**** Material for this exercise
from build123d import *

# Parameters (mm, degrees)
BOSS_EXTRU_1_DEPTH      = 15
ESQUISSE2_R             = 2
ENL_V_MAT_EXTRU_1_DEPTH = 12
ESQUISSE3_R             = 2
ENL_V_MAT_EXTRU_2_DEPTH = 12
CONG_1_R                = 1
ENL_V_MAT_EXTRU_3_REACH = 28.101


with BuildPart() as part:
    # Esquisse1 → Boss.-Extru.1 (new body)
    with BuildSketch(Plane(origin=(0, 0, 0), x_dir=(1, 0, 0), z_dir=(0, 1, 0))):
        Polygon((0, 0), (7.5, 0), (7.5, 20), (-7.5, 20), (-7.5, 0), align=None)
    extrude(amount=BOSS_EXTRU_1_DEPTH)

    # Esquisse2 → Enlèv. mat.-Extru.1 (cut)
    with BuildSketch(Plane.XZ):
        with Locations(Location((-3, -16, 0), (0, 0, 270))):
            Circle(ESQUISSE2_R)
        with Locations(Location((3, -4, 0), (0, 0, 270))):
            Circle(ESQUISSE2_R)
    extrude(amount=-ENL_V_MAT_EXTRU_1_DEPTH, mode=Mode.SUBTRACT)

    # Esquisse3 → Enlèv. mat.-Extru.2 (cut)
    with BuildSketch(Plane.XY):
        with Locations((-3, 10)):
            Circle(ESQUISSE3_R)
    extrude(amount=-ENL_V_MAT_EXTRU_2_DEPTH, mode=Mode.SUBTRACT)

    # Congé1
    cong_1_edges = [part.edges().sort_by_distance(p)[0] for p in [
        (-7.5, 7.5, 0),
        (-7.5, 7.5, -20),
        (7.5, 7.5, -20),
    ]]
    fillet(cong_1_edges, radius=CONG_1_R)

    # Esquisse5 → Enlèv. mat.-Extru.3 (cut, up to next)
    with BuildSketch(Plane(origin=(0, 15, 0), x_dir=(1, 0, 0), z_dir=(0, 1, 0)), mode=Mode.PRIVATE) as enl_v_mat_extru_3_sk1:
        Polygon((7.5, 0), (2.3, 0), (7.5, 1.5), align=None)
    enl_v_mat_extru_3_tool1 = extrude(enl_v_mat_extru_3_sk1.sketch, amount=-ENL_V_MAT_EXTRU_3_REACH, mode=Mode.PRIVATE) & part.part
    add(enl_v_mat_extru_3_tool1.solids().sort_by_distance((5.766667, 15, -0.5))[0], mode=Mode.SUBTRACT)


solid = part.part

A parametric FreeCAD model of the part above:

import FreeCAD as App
import Part
import Sketcher

V = App.Vector
Q = App.Units.Quantity


def edges_at(feature, points):
    """Names of the edges that pass closest to the given points."""
    edges = feature.Shape.Edges
    near = lambda p: min(range(len(edges)), key=lambda i: edges[i].distToShape(Part.Vertex(*p))[0])
    return sorted({f"Edge{near(p) + 1}" for p in points})

doc = App.newDocument("Part")
body = doc.addObject("PartDesign::Body", "Body")

sketch1 = body.newObject("Sketcher::SketchObject", "Sketch")
sketch1.AttachmentSupport = (doc.getObject("XZ_Plane"), [""])
sketch1.MapMode = "FlatFace"
sketch1.addGeometry(Part.LineSegment(V(8, 0, 0), V(8, -20, 0)), False)
sketch1.addGeometry(Part.LineSegment(V(8, -20, 0), V(-8, -20, 0)), False)
sketch1.addGeometry(Part.LineSegment(V(-8, -20, 0), V(-8, 0, 0)), False)
sketch1.addGeometry(Part.LineSegment(V(-8, 0, 0), V(8, 0, 0)), False)
sketch1.addConstraint(Sketcher.Constraint("Coincident", 0, 2, 1, 1))
sketch1.addConstraint(Sketcher.Constraint("Coincident", 1, 2, 2, 1))
sketch1.addConstraint(Sketcher.Constraint("Coincident", 2, 2, 3, 1))
sketch1.addConstraint(Sketcher.Constraint("Coincident", 3, 2, 0, 1))
sketch1.addConstraint(Sketcher.Constraint("Vertical", 0))
sketch1.addConstraint(Sketcher.Constraint("Horizontal", 1))
sketch1.addConstraint(Sketcher.Constraint("Vertical", 2))
sketch1.addConstraint(Sketcher.Constraint("Horizontal", 3))
sketch1.addConstraint(Sketcher.Constraint("Symmetric", 2, 2, 3, 2, -1, 1))
sketch1.addConstraint(Sketcher.Constraint("DistanceX", 1, 2, 1, 1, Q("15 mm")))
sketch1.addConstraint(Sketcher.Constraint("DistanceY", 0, 2, 0, 1, Q("20 mm")))
pad1 = body.newObject("PartDesign::Pad", "Pad")
pad1.Profile = sketch1
pad1.Length = 15
pad1.Reversed = True

sketch2 = body.newObject("Sketcher::SketchObject", "Sketch001")
sketch2.AttachmentSupport = (doc.getObject("XZ_Plane"), [""])
sketch2.MapMode = "FlatFace"
sketch2.addGeometry(Part.Circle(V(-3, -16, 0), V(0, 0, 1), 2), False)
sketch2.addGeometry(Part.Circle(V(3, -4, 0), V(0, 0, 1), 2), False)
sketch2.addConstraint(Sketcher.Constraint("Equal", 0, 1))
sketch2.addConstraint(Sketcher.Constraint("Diameter", 0, Q("4 mm")))
sketch2.addConstraint(Sketcher.Constraint("DistanceX", 0, 3, -1, 1, Q("3 mm")))
sketch2.addConstraint(Sketcher.Constraint("DistanceY", 0, 3, -1, 1, Q("16 mm")))
sketch2.addConstraint(Sketcher.Constraint("DistanceX", -1, 1, 1, 3, Q("3 mm")))
sketch2.addConstraint(Sketcher.Constraint("DistanceY", 1, 3, -1, 1, Q("4 mm")))
pocket1 = body.newObject("PartDesign::Pocket", "Pocket")
pocket1.Profile = sketch2
pocket1.Length = 12

sketch3 = body.newObject("Sketcher::SketchObject", "Sketch002")
sketch3.AttachmentSupport = (doc.getObject("XY_Plane"), [""])
sketch3.MapMode = "FlatFace"
sketch3.addGeometry(Part.Circle(V(-3, 10, 0), V(0, 0, 1), 2), False)
sketch3.addConstraint(Sketcher.Constraint("Diameter", 0, Q("4 mm")))
sketch3.addConstraint(Sketcher.Constraint("DistanceX", 0, 3, -1, 1, Q("3 mm")))
sketch3.addConstraint(Sketcher.Constraint("DistanceY", -1, 1, 0, 3, Q("10 mm")))
pocket2 = body.newObject("PartDesign::Pocket", "Pocket001")
pocket2.Profile = sketch3
pocket2.Length = 12
doc.recompute()

fillet = body.newObject("PartDesign::Fillet", "Fillet")
fillet.Base = (pocket2, edges_at(pocket2, [(-7.5, 7.5, 0), (-7.5, 7.5, -20), (7.5, 7.5, -20)]))
fillet.Radius = 1

sketch4 = body.newObject("Sketcher::SketchObject", "Sketch003")
sketch4.AttachmentSupport = (doc.getObject("XZ_Plane"), [""])
sketch4.MapMode = "FlatFace"
sketch4.AttachmentOffset = App.Placement(V(0, 0, -15), App.Rotation())
sketch4.addGeometry(Part.LineSegment(V(2.3, 0, 0), V(7.5, 0, 0)), False)
sketch4.addGeometry(Part.LineSegment(V(7.5, 0, 0), V(7.5, -1.5, 0)), False)
sketch4.addGeometry(Part.LineSegment(V(7.5, -1.5, 0), V(2.3, 0, 0)), False)
sketch4.addConstraint(Sketcher.Constraint("Coincident", 0, 2, 1, 1))
sketch4.addConstraint(Sketcher.Constraint("Coincident", 1, 2, 2, 1))
sketch4.addConstraint(Sketcher.Constraint("Coincident", 2, 2, 0, 1))
sketch4.addConstraint(Sketcher.Constraint("Horizontal", 0))
sketch4.addConstraint(Sketcher.Constraint("Vertical", 1))
sketch4.addConstraint(Sketcher.Constraint("PointOnObject", 0, 2, -1))
sketch4.addConstraint(Sketcher.Constraint("DistanceX", 0, 1, 0, 2, Q("5.2 mm")))
sketch4.addConstraint(Sketcher.Constraint("DistanceY", 1, 2, 1, 1, Q("1.5 mm")))
sketch4.addConstraint(Sketcher.Constraint("DistanceX", -1, 1, 0, 2, Q("7.5 mm")))
pocket3 = body.newObject("PartDesign::Pocket", "Pocket002")
pocket3.Profile = sketch4
pocket3.Type = "UpToFirst"
pocket3.Reversed = True

doc.recompute()
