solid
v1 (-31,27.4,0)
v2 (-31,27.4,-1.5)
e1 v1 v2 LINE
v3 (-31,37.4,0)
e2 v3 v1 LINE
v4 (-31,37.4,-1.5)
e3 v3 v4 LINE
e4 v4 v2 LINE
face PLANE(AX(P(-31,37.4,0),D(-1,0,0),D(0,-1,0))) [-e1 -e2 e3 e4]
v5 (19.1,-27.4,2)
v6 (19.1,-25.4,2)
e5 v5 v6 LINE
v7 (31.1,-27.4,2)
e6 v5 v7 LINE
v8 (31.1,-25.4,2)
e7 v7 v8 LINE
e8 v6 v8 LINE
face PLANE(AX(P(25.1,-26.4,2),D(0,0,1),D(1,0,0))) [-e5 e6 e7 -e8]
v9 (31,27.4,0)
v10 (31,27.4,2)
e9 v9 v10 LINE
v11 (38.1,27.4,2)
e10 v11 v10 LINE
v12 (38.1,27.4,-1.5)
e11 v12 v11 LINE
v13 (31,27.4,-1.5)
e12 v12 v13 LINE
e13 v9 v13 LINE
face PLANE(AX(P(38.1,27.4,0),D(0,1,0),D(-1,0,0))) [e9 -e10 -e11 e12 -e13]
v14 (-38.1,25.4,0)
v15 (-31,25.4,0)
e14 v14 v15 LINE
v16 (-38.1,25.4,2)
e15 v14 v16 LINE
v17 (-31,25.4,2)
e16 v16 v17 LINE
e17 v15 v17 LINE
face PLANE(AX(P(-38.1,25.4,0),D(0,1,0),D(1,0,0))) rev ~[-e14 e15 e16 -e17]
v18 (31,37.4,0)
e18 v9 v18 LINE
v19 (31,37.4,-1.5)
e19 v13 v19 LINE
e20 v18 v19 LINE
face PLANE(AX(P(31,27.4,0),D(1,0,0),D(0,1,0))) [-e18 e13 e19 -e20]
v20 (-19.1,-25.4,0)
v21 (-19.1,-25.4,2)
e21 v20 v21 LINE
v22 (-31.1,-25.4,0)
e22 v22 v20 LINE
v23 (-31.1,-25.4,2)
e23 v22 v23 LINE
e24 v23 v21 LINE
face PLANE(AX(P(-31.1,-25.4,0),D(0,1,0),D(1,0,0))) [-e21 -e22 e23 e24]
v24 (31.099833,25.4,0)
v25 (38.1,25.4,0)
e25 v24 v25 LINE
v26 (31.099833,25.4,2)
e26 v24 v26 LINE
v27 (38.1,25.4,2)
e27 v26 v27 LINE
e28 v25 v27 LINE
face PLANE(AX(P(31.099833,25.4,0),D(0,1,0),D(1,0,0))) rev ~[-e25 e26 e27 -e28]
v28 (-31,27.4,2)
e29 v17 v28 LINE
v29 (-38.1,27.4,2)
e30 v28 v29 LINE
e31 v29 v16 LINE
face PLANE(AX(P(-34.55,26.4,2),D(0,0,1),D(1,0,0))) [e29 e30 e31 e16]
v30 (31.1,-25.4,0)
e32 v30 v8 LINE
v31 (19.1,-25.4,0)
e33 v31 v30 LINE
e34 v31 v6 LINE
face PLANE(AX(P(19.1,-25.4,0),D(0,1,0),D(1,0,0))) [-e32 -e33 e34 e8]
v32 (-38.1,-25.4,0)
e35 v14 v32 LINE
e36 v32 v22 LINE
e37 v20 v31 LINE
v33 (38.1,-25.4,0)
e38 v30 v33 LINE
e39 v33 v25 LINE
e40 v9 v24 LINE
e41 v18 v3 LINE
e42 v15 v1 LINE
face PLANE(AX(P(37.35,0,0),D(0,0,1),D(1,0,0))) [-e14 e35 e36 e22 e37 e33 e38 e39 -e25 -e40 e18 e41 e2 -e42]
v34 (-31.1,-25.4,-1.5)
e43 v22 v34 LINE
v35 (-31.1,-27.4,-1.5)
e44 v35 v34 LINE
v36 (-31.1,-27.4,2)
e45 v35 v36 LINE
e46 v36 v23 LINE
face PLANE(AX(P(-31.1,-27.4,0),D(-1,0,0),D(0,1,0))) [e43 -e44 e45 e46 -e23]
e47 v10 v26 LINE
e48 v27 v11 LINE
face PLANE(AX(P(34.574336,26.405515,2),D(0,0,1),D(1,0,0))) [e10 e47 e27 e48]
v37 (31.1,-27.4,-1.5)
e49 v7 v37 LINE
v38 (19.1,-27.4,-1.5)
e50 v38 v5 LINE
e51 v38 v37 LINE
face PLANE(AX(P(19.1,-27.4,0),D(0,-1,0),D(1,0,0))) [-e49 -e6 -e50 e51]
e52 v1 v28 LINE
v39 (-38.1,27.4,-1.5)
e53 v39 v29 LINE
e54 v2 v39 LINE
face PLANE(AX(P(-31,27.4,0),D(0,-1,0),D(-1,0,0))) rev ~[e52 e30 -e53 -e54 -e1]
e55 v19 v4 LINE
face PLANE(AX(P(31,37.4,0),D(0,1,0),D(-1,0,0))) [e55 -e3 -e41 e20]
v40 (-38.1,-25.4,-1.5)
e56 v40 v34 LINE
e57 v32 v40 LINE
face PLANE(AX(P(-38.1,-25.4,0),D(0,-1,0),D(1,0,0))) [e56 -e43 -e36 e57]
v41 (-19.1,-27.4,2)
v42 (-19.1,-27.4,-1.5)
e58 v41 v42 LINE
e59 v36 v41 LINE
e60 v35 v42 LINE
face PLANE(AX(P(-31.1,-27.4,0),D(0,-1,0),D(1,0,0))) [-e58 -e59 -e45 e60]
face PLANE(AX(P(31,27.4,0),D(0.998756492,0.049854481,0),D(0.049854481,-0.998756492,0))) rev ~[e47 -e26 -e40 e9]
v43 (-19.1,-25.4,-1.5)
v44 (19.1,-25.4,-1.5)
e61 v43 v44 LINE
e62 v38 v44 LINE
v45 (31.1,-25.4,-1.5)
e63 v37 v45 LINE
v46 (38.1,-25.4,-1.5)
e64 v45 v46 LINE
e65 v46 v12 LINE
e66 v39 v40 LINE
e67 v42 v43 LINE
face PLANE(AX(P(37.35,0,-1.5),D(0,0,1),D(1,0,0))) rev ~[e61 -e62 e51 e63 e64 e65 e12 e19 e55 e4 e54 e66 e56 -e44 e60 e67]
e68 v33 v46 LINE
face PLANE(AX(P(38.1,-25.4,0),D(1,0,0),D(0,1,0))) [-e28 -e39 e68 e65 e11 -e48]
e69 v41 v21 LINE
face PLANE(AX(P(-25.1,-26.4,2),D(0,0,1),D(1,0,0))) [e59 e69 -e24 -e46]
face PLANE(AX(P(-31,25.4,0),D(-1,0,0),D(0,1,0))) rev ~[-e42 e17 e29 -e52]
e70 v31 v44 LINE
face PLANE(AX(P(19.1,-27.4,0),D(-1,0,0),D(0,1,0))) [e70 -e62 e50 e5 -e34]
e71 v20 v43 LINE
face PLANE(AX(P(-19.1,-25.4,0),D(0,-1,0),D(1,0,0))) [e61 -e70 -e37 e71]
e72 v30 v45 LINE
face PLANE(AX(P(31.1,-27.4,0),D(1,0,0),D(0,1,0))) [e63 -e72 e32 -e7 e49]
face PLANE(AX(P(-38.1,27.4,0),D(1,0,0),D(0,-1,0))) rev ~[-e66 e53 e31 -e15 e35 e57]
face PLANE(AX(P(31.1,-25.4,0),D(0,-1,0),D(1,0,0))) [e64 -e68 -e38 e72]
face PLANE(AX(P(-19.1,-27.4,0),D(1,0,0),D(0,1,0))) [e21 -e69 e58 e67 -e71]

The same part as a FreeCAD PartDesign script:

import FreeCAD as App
import Part
import Sketcher

V = App.Vector


def add_polygon(sketch, points):
    """Adds a closed chain of lines whose ends are joined by coincident constraints."""
    first, n = sketch.GeometryCount, len(points)
    for a, b in zip(points, points[1:] + points[:1]):
        sketch.addGeometry(Part.LineSegment(App.Vector(*a, 0), App.Vector(*b, 0)), False)
    for i in range(n):
        sketch.addConstraint(Sketcher.Constraint("Coincident", first + i, 2, first + (i + 1) % n, 1))

doc = App.newDocument("Part")
body = doc.addObject("PartDesign::Body", "Body")

# Sketch on XY plane
sketch1 = body.newObject("Sketcher::SketchObject", "Sketch")
sketch1.AttachmentSupport = (doc.getObject("XY_Plane"), [""])
sketch1.MapMode = "FlatFace"
add_polygon(sketch1, [(38.1, -25.4), (38.1, 27.4), (31, 27.4), (31, 37.4), (-31, 37.4), (-31, 27.4), (-38.1, 27.4), (-38.1, -25.4), (-31.1, -25.4), (-31.1, -27.4), (-19.1, -27.4), (-19.1, -25.4), (19.1, -25.4), (19.1, -27.4), (31.1, -27.4), (31.1, -25.4)])  # lines 0-15
sketch1.addConstraint([
    Sketcher.Constraint("Vertical", 0),
    Sketcher.Constraint("Horizontal", 1),
    Sketcher.Constraint("Vertical", 2),
    Sketcher.Constraint("Horizontal", 3),
    Sketcher.Constraint("Vertical", 4),
    Sketcher.Constraint("Horizontal", 5),
    Sketcher.Constraint("Vertical", 6),
    Sketcher.Constraint("Horizontal", 7),
    Sketcher.Constraint("Vertical", 8),
    Sketcher.Constraint("Horizontal", 9),
    Sketcher.Constraint("Vertical", 10),
    Sketcher.Constraint("Horizontal", 11),
    Sketcher.Constraint("Vertical", 12),
    Sketcher.Constraint("Horizontal", 13),
    Sketcher.Constraint("Vertical", 14),
    Sketcher.Constraint("Horizontal", 15),
    Sketcher.Constraint("Symmetric", 1, 2, 4, 2, -2),
    Sketcher.Constraint("Symmetric", 9, 2, 12, 2, -2),
    Sketcher.Constraint("Symmetric", 7, 2, 14, 2, -2),
    Sketcher.Constraint("Horizontal", 7, 2, 10, 2),
    Sketcher.Constraint("Equal", 1, 5),
    Sketcher.Constraint("DistanceX", 3, 2, 3, 1, 62.0),
    Sketcher.Constraint("DistanceX", 7, 1, 7, 2, 7.0),
    Sketcher.Constraint("DistanceX", 9, 1, 9, 2, 12.0),
    Sketcher.Constraint("DistanceY", 2, 1, 2, 2, 10.0),
    Sketcher.Constraint("DistanceY", 8, 2, 8, 1, 2.0),
    Sketcher.Constraint("DistanceX", 1, 2, 1, 1, 7.1),
    Sketcher.Constraint("DistanceY", 0, 1, 0, 2, 52.8),
    Sketcher.Constraint("DistanceY", -1, 1, 0, 2, 27.4),
])
pad1 = body.newObject("PartDesign::Pad", "Pad")
pad1.Profile = sketch1
pad1.Length = 1.5
pad1.Reversed = True

# Sketch on XY plane
sketch2 = body.newObject("Sketcher::SketchObject", "Sketch001")
sketch2.AttachmentSupport = (doc.getObject("XY_Plane"), [""])
sketch2.MapMode = "FlatFace"
add_polygon(sketch2, [(-31, 25.4), (-31, 27.4), (-38.1, 27.4), (-38.1, 25.4)])  # lines 0-3
add_polygon(sketch2, [(38.1, 25.4), (38.1, 27.4), (31, 27.4), (31.1, 25.4)])  # lines 4-7
add_polygon(sketch2, [(19.1, -25.4), (19.1, -27.4), (31.1, -27.4), (31.1, -25.4)])  # lines 8-11
add_polygon(sketch2, [(-31.1, -25.4), (-31.1, -27.4), (-19.1, -27.4), (-19.1, -25.4)])  # lines 12-15
sketch2.addConstraint([
    Sketcher.Constraint("Vertical", 0),
    Sketcher.Constraint("Horizontal", 1),
    Sketcher.Constraint("Vertical", 2),
    Sketcher.Constraint("Horizontal", 3),
    Sketcher.Constraint("Vertical", 4),
    Sketcher.Constraint("Horizontal", 5),
    Sketcher.Constraint("Horizontal", 7),
    Sketcher.Constraint("Vertical", 8),
    Sketcher.Constraint("Horizontal", 9),
    Sketcher.Constraint("Vertical", 10),
    Sketcher.Constraint("Horizontal", 11),
    Sketcher.Constraint("Vertical", 12),
    Sketcher.Constraint("Horizontal", 13),
    Sketcher.Constraint("Vertical", 14),
    Sketcher.Constraint("Horizontal", 15),
    Sketcher.Constraint("Symmetric", 1, 2, 4, 2, -2),
    Sketcher.Constraint("Symmetric", 9, 2, 12, 2, -2),
    Sketcher.Constraint("Symmetric", 11, 2, 14, 2, -2),
    Sketcher.Constraint("Horizontal", 3, 2, 6, 2),
    Sketcher.Constraint("Equal", 3, 5),
    Sketcher.Constraint("Equal", 4, 8),
    Sketcher.Constraint("DistanceX", 9, 1, 9, 2, 12.0),
    Sketcher.Constraint("DistanceY", 0, 1, 0, 2, 2.0),
    Sketcher.Constraint("DistanceX", 1, 2, 1, 1, 7.1),
    Sketcher.Constraint("DistanceX", 0, 2, -1, 1, 31.0),
    Sketcher.Constraint("DistanceX", 8, 2, 7, 2, 19.0),
    Sketcher.Constraint("DistanceY", -1, 1, 0, 2, 27.4),
    Sketcher.Constraint("DistanceY", 8, 2, -1, 1, 27.4),
    Sketcher.Constraint("Distance", 6, 2.00249),
])
pad2 = body.newObject("PartDesign::Pad", "Pad001")
pad2.Profile = sketch2
pad2.Length = 2

doc.recompute()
********
- What you have to do: The expected output is exactly the lines of the listing above between the line holding "v9 (31,27.4,0)" and the line holding "e44 v35 v34 LINE", inclusive.

- Solved exercise:
v9 (31,27.4,0)
v10 (31,27.4,2)
e9 v9 v10 LINE
v11 (38.1,27.4,2)
e10 v11 v10 LINE
v12 (38.1,27.4,-1.5)
e11 v12 v11 LINE
v13 (31,27.4,-1.5)
e12 v12 v13 LINE
e13 v9 v13 LINE
face PLANE(AX(P(38.1,27.4,0),D(0,1,0),D(-1,0,0))) [e9 -e10 -e11 e12 -e13]
v14 (-38.1,25.4,0)
v15 (-31,25.4,0)
e14 v14 v15 LINE
v16 (-38.1,25.4,2)
e15 v14 v16 LINE
v17 (-31,25.4,2)
e16 v16 v17 LINE
e17 v15 v17 LINE
face PLANE(AX(P(-38.1,25.4,0),D(0,1,0),D(1,0,0))) rev ~[-e14 e15 e16 -e17]
v18 (31,37.4,0)
e18 v9 v18 LINE
v19 (31,37.4,-1.5)
e19 v13 v19 LINE
e20 v18 v19 LINE
face PLANE(AX(P(31,27.4,0),D(1,0,0),D(0,1,0))) [-e18 e13 e19 -e20]
v20 (-19.1,-25.4,0)
v21 (-19.1,-25.4,2)
e21 v20 v21 LINE
v22 (-31.1,-25.4,0)
e22 v22 v20 LINE
v23 (-31.1,-25.4,2)
e23 v22 v23 LINE
e24 v23 v21 LINE
face PLANE(AX(P(-31.1,-25.4,0),D(0,1,0),D(1,0,0))) [-e21 -e22 e23 e24]
v24 (31.099833,25.4,0)
v25 (38.1,25.4,0)
e25 v24 v25 LINE
v26 (31.099833,25.4,2)
e26 v24 v26 LINE
v27 (38.1,25.4,2)
e27 v26 v27 LINE
e28 v25 v27 LINE
face PLANE(AX(P(31.099833,25.4,0),D(0,1,0),D(1,0,0))) rev ~[-e25 e26 e27 -e28]
v28 (-31,27.4,2)
e29 v17 v28 LINE
v29 (-38.1,27.4,2)
e30 v28 v29 LINE
e31 v29 v16 LINE
face PLANE(AX(P(-34.55,26.4,2),D(0,0,1),D(1,0,0))) [e29 e30 e31 e16]
v30 (31.1,-25.4,0)
e32 v30 v8 LINE
v31 (19.1,-25.4,0)
e33 v31 v30 LINE
e34 v31 v6 LINE
face PLANE(AX(P(19.1,-25.4,0),D(0,1,0),D(1,0,0))) [-e32 -e33 e34 e8]
v32 (-38.1,-25.4,0)
e35 v14 v32 LINE
e36 v32 v22 LINE
e37 v20 v31 LINE
v33 (38.1,-25.4,0)
e38 v30 v33 LINE
e39 v33 v25 LINE
e40 v9 v24 LINE
e41 v18 v3 LINE
e42 v15 v1 LINE
face PLANE(AX(P(37.35,0,0),D(0,0,1),D(1,0,0))) [-e14 e35 e36 e22 e37 e33 e38 e39 -e25 -e40 e18 e41 e2 -e42]
v34 (-31.1,-25.4,-1.5)
e43 v22 v34 LINE
v35 (-31.1,-27.4,-1.5)
e44 v35 v34 LINE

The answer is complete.